Work/Life balance... boo hoo. I'm crying for ya.
Sorry people, when applicants come in for interviews and are concerned about the number of holidays, sick leave, family leave, fill in the blank leave. I can't work on Saturday because of ___. That's the actual BS.
If you've got the mother of all vacations scheduled (which is Osh the last week of July) then DONT GO INTERVIEWING until you get back. How hard is that?
And I usually give
@denverpilot a wide berth... but the Killer, gotta be there, every year, don't bother asking me to interrupt it vacation... Ah, he's not going this year.
Probably has something to do with a more important trip. More than one actually. Airplanes come behind family.
I sure am glad I do not and will never work for you. I do hope you are not in charge of any employees.
I also wouldn't go putting words in
@denverpilot 's mouth(fingertips?). AFAIK he isnt going due to issues other than work telling him he cant go.
It sounds like the OP wasn't presented with the option to necessarily go interview after his vacation.
I wouldn't worry about
@Ravioli. Somebody has to think work is more important than anything. Might as well be the young ones who haven't watched an ******* boss say similar things to a man who's family does actually need him.
He'll mellow once he's seen a man leave work for a year and his friends cover him because his kid who's not yet three is diagnosed with terminal cancer. Or he covers for a coworker diagnosed with a rare lung problem for a year. Or a coworker's special needs kid is tossed out of a third or fourth or fifth after school program and everyone's lost count but everyone helps cover him.
Seen all of that, and more. Work isn't more important than family. Never will be.
But it takes most people about twenty years to figure that out.
And sometimes when you're broke, taking the job *is* for the family. But when you're not, the job is always second.
If I get unlucky and die at the same age my dad did, I've got less than twenty years left. If I have slightly more luck, I'll live as old as my grandfather and it'll be fifty more with ten of those hanging out ten years after everyone I ever knew was dead.
Life's short. When applicants come in with questions about time off for kids or vacations or whatever, they have a good reason to be asking.
If you don't know that, you're not ready to lead them. Not at all.
One of my current co-worker's kids is a special needs kid. She has trouble walking. She fell and broke her jaw. She's right I think. Kid is tougher than all of us combined.
I've got the 80-hour weeks for years badge from a startup. It was fun. For a while. It was good money for the age group. It ended up being worthless long-term. Short-term it was fine. A means to an end.
Not the end that was promised. The guys I did it for eventually pocketed $3M each after they laid all of us off. Not mad about it, but I learned where their true loyalties lie.

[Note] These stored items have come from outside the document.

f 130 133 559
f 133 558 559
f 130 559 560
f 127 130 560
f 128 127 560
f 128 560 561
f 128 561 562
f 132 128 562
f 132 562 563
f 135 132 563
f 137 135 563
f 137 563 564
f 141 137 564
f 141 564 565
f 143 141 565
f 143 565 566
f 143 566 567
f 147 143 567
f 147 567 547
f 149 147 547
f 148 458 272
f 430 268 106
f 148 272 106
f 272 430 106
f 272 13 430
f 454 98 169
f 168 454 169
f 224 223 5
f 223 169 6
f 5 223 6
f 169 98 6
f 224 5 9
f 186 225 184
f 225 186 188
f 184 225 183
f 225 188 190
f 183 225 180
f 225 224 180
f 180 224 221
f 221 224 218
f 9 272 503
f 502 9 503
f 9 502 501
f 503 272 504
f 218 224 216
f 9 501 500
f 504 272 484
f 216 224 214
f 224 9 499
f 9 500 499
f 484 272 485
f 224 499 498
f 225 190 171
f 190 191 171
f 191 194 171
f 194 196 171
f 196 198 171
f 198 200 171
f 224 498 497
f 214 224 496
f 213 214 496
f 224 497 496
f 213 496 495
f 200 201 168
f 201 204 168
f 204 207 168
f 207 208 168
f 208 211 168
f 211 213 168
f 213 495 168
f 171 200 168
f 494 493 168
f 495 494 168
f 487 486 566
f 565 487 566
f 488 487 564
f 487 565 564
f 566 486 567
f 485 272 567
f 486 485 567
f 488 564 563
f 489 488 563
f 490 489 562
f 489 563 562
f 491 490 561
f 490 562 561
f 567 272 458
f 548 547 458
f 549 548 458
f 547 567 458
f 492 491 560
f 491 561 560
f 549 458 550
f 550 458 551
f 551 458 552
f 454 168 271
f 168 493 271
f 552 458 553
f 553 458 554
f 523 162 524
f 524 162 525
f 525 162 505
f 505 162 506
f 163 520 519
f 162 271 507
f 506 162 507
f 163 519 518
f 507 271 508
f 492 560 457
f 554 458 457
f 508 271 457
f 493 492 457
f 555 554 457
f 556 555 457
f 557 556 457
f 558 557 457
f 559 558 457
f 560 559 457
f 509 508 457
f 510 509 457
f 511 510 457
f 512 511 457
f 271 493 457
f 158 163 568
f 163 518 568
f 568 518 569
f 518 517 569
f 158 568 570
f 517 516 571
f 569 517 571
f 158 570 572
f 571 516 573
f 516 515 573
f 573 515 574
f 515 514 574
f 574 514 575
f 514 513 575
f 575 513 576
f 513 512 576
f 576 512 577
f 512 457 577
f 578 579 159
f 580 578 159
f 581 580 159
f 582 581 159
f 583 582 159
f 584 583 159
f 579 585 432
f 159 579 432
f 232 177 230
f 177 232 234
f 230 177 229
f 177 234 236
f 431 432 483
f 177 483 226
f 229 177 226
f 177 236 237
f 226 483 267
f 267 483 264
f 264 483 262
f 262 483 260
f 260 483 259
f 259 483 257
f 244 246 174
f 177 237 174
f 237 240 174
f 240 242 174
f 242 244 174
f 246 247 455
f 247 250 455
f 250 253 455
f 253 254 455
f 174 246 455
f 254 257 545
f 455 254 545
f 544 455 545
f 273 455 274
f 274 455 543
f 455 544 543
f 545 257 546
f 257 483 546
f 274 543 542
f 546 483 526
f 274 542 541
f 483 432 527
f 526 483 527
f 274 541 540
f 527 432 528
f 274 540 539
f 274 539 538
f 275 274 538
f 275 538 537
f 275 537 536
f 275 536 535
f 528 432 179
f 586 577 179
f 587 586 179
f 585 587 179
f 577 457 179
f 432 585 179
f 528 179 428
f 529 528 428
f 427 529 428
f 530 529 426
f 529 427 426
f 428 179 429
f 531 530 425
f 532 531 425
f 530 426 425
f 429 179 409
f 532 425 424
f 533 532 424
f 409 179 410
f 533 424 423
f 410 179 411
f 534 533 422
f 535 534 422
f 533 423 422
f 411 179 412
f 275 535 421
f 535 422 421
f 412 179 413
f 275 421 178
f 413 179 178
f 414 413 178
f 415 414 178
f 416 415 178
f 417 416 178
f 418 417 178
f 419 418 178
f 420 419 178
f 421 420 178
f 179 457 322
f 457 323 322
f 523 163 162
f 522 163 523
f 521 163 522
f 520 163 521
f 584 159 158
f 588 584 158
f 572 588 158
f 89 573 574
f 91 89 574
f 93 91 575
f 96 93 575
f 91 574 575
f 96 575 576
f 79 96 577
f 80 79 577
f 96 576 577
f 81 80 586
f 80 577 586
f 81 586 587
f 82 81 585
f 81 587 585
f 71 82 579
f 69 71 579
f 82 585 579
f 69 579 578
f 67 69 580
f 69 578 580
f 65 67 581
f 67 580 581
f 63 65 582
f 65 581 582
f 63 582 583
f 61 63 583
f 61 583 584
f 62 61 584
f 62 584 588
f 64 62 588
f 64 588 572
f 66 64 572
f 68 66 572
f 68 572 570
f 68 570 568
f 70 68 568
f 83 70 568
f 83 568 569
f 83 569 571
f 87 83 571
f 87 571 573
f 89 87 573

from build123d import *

They're nice enough guys but if they ever needed my help again, they know cash on the barrelhead is all that I will accept now. And two specific vacations on my dates that I take every year I can, per year, is the minimum. Paid or not. They'd be fine with that. They know what they did.
That was all long ago. They've called twice since then needing my assistance. The rate was $150/hr travel/drive time included, and they didn't balk at paying the invoice. I also told them where to find talented people to do the stuff, cheaper. I'm not a jerk. $150 is cheap for fixing the problems and playing headhunter for them.
Need it today? It'll cost you. I'm around. The guys I refer need the job. They'll stick around. They also know I've warned those guys not to believe pie in the sky promises.
They've done better at their later ventures and learned from their leadership mistakes too. I'm even a customer through a strange set of circumstance. It helps in knowing how they like to write their service contracts. Helps a lot actually. Their company structure still has the same problems it had almost two decades ago with a different masthead and different staff. It also has some distinct advantages and they're doing pretty good.
There's no seven degrees of separation in this town when it comes to my type of work. More like three, max. That has disadvantages for some and advantages for others. For me, it's just business as usual. I troubleshoot. That's what I do. I can troubleshoot your systems or your people or a combination. But you have to want it fixed.
Usually they just want the systems fixed. And that's fine by me. It pays well enough for me and is a lot less headaches.